Basically, the relationship is fine as far as it goes, but it doesn't go far enough in some ways. Also, I just feel sometimes that I'm leaping into marriage and family and homelife too soon in my life. There are a list of things I'd be doing/aiming to do if I was single again and now I'm engaged/soon to be married I will never do those things.... Now, I think that any relationship requires a degree of compromise from both partners and we do compromise. I think she's worth it and I'm sure she thinks the same as me. But, as I said, sometimes I have these doubts about that...

I'm not sure where to start, so these are not in order of importance.

Sex - we do regular sex. And that's about it. It's ok, I enjoy it, she enjoys it less, but we both are beginners and still getting better at it. I'm not at the point where I'm really getting her off during sex, but she's understanding and supportive and totally doesn't pressure me about performance. I'm not the one-minute wonder I used to be but still not at the point I'm ringing her bell 3x a night... practise makes perfect. I would like more variety though. No1 thing is she does not want to try oral sex. Not for me,and she doesn't want me doing it for her (something she's never experienced). I guess I can understand her not wanting a mouthful, but she won't even try. And she won't let me try going down on her. Everything I've read says this is something that can really please a woman and help her orgasm and I want to do that, but she says no. Also, she doesn't even like me looking down there.... I look anyway, she's perfectly normal and everything but really feels uncomfortable about it. I feel sad about this.

Secondly, she won't dress up in anything I like her to. I don't get this, and I've stopped arguing about it because she can be a bit alpha-female at times. Anyway, if I said I thought some piece of clothing or lingerie is sexy, or a like a certain look or fashion, its like she seems to think I want to change *her* and pretend she's someone else. She hates that and so won't do it. I find her very attractive and I like what she *does* wear, but really, somethings turn me on and she won't go there.

Also, this isn't so important, but i wish she enjoyed porn. It doesn't have to be any kind of stupid 'guy' porn.... (fake lesbians) but I enjoy it form time to time (and she doesn't mind that) but I wish we could enjoy it together. I know lots of couples do (and lots that don't, of course).

In the more 'out there' categories... I never went to a strip joint, ever. In all the years I had the chance, I never had the urge to go. Honestly it never crossed my mind. But, these days, I do have the urge. Not sure why, I think I would just like to say 'been there, done that' but this is something that is totally off limits. she's made it clear, a long time ago, that going to a strip joint and/or getting a lap dance is cheating and my ass is grass if I do. I've always been committed to respecting her boundaries but i can't help feeling this is something i wish she'd let me do. It's not like I'd accept sexual favours or try and take one home with me...

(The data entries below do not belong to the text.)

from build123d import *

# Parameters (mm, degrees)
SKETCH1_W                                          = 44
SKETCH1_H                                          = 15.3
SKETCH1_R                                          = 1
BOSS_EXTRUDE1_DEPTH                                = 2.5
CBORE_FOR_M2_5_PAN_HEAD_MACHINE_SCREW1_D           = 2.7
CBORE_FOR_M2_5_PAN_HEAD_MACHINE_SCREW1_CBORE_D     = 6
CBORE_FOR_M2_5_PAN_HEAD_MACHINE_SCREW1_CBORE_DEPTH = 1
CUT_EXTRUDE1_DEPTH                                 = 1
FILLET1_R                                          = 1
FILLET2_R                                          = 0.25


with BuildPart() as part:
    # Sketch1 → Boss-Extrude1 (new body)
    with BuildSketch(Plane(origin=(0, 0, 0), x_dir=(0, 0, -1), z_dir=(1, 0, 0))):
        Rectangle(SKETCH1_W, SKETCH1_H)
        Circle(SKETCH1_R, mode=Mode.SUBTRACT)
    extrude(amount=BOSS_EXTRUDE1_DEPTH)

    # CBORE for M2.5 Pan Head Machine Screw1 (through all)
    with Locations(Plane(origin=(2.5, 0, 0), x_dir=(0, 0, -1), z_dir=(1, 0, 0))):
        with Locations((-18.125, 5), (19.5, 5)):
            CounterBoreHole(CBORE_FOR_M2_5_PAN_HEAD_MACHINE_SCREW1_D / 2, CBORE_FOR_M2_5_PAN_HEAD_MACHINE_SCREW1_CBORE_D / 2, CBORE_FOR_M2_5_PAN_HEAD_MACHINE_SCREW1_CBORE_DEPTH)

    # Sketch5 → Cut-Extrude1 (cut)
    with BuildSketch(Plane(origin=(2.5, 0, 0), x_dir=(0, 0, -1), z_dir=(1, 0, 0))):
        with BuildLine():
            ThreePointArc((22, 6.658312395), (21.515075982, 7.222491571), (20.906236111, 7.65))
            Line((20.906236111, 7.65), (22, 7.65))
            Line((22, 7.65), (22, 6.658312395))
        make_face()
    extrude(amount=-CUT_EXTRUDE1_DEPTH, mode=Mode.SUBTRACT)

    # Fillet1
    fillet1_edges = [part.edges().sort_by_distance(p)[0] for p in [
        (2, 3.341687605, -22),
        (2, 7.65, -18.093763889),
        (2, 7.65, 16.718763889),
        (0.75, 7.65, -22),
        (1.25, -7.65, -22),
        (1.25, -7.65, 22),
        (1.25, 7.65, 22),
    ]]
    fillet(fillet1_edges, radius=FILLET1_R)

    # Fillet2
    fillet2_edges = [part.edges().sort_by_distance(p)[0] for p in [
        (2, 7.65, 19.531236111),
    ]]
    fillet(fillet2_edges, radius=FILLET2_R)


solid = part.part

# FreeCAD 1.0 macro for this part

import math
import FreeCAD as App
import Part
import Sketcher

V = App.Vector
Q = App.Units.Quantity


def edges_at(feature, points):
    """Names of the edges that pass closest to the given points."""
    edges = feature.Shape.Edges
    near = lambda p: min(range(len(edges)), key=lambda i: edges[i].distToShape(Part.Vertex(*p))[0])
    return sorted({f"Edge{near(p) + 1}" for p in points})

doc = App.newDocument("Part")
body = doc.addObject("PartDesign::Body", "Body")

# Sketch on YZ plane
sketch1 = body.newObject("Sketcher::SketchObject", "Sketch")
sketch1.AttachmentSupport = (doc.getObject("YZ_Plane"), [""])
sketch1.MapMode = "FlatFace"
sketch1.addGeometry([
    Part.LineSegment(V(7.7, 22, 0), V(-7.7, 22, 0)),  # 0
    Part.LineSegment(V(-7.7, 22, 0), V(-7.7, -22, 0)),  # 1
    Part.LineSegment(V(-7.7, -22, 0), V(7.7, -22, 0)),  # 2
    Part.LineSegment(V(7.7, -22, 0), V(7.7, 22, 0)),  # 3
    Part.Circle(V(0, 0, 0), V(0, 0, 1), 1),  # 4
], False)
sketch1.addConstraint([
    Sketcher.Constraint("Coincident", 0, 2, 1, 1),
    Sketcher.Constraint("Coincident", 1, 2, 2, 1),
    Sketcher.Constraint("Coincident", 2, 2, 3, 1),
    Sketcher.Constraint("Coincident", 3, 2, 0, 1),
    Sketcher.Constraint("Horizontal", 0),
    Sketcher.Constraint("Vertical", 1),
    Sketcher.Constraint("Horizontal", 2),
    Sketcher.Constraint("Vertical", 3),
    Sketcher.Constraint("Coincident", 4, 3, -1, 1),
    Sketcher.Constraint("Symmetric", 0, 2, 2, 2, -1, 1),
    Sketcher.Constraint("Diameter", 4, Q("2 mm")),
    Sketcher.Constraint("DistanceY", 1, 2, 1, 1, Q("44 mm")),
    Sketcher.Constraint("DistanceX", 0, 2, 0, 1, Q("15.3 mm")),
])
pad1 = body.newObject("PartDesign::Pad", "Pad")
pad1.Profile = sketch1
pad1.Length = 2.5

# Sketch on YZ plane
sketch2 = body.newObject("Sketcher::SketchObject", "Sketch001")
sketch2.AttachmentSupport = (doc.getObject("YZ_Plane"), [""])
sketch2.MapMode = "FlatFace"
sketch2.AttachmentOffset = App.Placement(V(0, 0, 2.5), App.Rotation())
sketch2.addGeometry([
    Part.Circle(V(5, 18.1, 0), V(0, 0, 1), 1.4),
    Part.Circle(V(5, -19.5, 0), V(0, 0, 1), 1.4),
], False)
sketch2.addConstraint([
    Sketcher.Constraint("Equal", 0, 1),
    Sketcher.Constraint("Vertical", 0, 3, 1, 3),
    Sketcher.Constraint("Diameter", 0, Q("2.7 mm")),
    Sketcher.Constraint("DistanceX", -1, 1, 0, 3, Q("5 mm")),
    Sketcher.Constraint("DistanceY", 1, 3, -1, 1, Q("19.5 mm")),
    Sketcher.Constraint("DistanceY", -1, 1, 0, 3, Q("18.125 mm")),
])
doc.recompute()
hole = body.newObject("PartDesign::Hole", "Hole")
hole.Profile = sketch2
hole.ThreadType = "None"
hole.Diameter = 2.7
hole.DepthType = "ThroughAll"
hole.HoleCutType = "Counterbore"
hole.HoleCutDiameter = 6
hole.HoleCutDepth = 1

# Sketch on YZ plane
sketch3 = body.newObject("Sketcher::SketchObject", "Sketch002")
sketch3.AttachmentSupport = (doc.getObject("YZ_Plane"), [""])
sketch3.MapMode = "FlatFace"
sketch3.AttachmentOffset = App.Placement(V(0, 0, 2.5), App.Rotation())
sketch3.addGeometry([
    Part.ArcOfCircle(Part.Circle(V(5, -19.5, 0), V(0, 0, 1), 3), math.radians(-56), math.radians(-28)),
    Part.LineSegment(V(6.7, -22, 0), V(7.7, -22, 0)),
    Part.LineSegment(V(7.7, -22, 0), V(7.7, -20.9, 0)),
], False)
sketch3.addConstraint([
    Sketcher.Constraint("Coincident", 0, 1, 1, 1),
    Sketcher.Constraint("Coincident", 1, 2, 2, 1),
    Sketcher.Constraint("Coincident", 2, 2, 0, 2),
    Sketcher.Constraint("Horizontal", 1),
    Sketcher.Constraint("Vertical", 2),
    Sketcher.Constraint("Radius", 0, Q("3 mm")),
    Sketcher.Constraint("DistanceX", -1, 1, 0, 3, Q("5 mm")),
    Sketcher.Constraint("DistanceY", 0, 1, -1, 1, Q("22 mm")),
    Sketcher.Constraint("DistanceY", 0, 3, -1, 1, Q("19.5 mm")),
    Sketcher.Constraint("DistanceX", -1, 1, 1, 2, Q("7.65 mm")),
])
pocket1 = body.newObject("PartDesign::Pocket", "Pocket")
pocket1.Profile = sketch3
pocket1.Length = 1
doc.recompute()

fillet = body.newObject("PartDesign::Fillet", "Fillet")
fillet.Base = (pocket1, edges_at(pocket1, [
    (2, 3.342, -22),
    (2, 7.65, -18.094),
    (2, 7.65, 16.719),
    (0.75, 7.65, -22),
    (1.25, -7.65, -22),
    (1.25, -7.65, 22),
    (1.25, 7.65, 22),
]))
fillet.Radius = 1
doc.recompute()

fillet2 = body.newObject("PartDesign::Fillet", "Fillet001")
fillet2.Base = (fillet, edges_at(fillet, [(2, 7.65, 19.531)]))
fillet2.Radius = 0.25

doc.recompute()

Two things that really are out there and off limits - I'd love to try a threesome some time. She has said 'no way, not ever, don't dare even ask again'. She's not bi or anything, and doesn't see it as anything other than a form of cheating. I can see her point of view and respect it and never plan to bring it up ever again. But in my heart, it's something I want...

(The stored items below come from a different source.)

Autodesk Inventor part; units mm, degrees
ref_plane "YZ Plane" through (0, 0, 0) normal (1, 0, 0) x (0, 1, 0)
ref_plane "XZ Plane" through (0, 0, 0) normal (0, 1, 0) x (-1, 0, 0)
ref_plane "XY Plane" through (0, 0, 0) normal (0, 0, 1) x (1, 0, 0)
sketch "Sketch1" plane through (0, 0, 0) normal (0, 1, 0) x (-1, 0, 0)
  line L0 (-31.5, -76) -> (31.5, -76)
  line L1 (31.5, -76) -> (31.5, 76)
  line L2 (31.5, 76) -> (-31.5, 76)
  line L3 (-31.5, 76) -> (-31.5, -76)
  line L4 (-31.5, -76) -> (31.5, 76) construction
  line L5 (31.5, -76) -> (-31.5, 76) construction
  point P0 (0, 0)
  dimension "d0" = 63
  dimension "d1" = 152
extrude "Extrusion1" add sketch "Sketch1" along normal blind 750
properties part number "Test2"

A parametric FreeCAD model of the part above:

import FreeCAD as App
import Part
import Sketcher

V = App.Vector
Q = App.Units.Quantity


def add_polygon(sketch, points):
    """Adds a closed chain of lines whose ends are joined by coincident constraints."""
    first, n = sketch.GeometryCount, len(points)
    for a, b in zip(points, points[1:] + points[:1]):
        sketch.addGeometry(Part.LineSegment(App.Vector(*a, 0), App.Vector(*b, 0)), False)
    for i in range(n):
        sketch.addConstraint(Sketcher.Constraint("Coincident", first + i, 2, first + (i + 1) % n, 1))

doc = App.newDocument("Part")
body = doc.addObject("PartDesign::Body", "Body")

# Sketch on XZ plane
sketch1 = body.newObject("Sketcher::SketchObject", "Sketch")
sketch1.AttachmentSupport = (doc.getObject("XZ_Plane"), [""])
sketch1.MapMode = "FlatFace"
add_polygon(sketch1, [(32, 76), (32, -76), (-32, -76), (-32, 76)])  # lines 0-3
sketch1.addConstraint(Sketcher.Constraint("Vertical", 0))
sketch1.addConstraint(Sketcher.Constraint("Horizontal", 1))
sketch1.addConstraint(Sketcher.Constraint("Vertical", 2))
sketch1.addConstraint(Sketcher.Constraint("Horizontal", 3))
sketch1.addConstraint(Sketcher.Constraint("Symmetric", 0, 2, 2, 2, -1, 1))
sketch1.addConstraint(Sketcher.Constraint("DistanceX", 1, 2, 1, 1, Q("63 mm")))
sketch1.addConstraint(Sketcher.Constraint("DistanceY", 0, 2, 0, 1, Q("152 mm")))
pad1 = body.newObject("PartDesign::Pad", "Pad")
pad1.Profile = sketch1
pad1.Length = 750
pad1.Reversed = True

doc.recompute()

lastly, I'm bi-curious myself. Nothing very strong, probably could and will go my whole life and never mention it let alone do something... cheating is cheating, whoever it is with. But I wish I could at least tell her how I feel. But I know (because of something assholish I said a long time ago about how to dump a girl by pretending you're gay) that this would not go down at all well. Not worth the risk even of an argument. But if I was single...........

But there's other stuff. I want to have the option to go and live in other countries that I know she hates the idea about. I don't want to buy a house together and 'live here till we retire' - I have a friend in that situation too and I feel sorry for him. I'd go crazy living in the same place for another 30 years... She's not totally against moving, but... once we have kids, she wants to put down roots. And she doesn't like my idea of living in the country - my dream. She's a city girl through and through.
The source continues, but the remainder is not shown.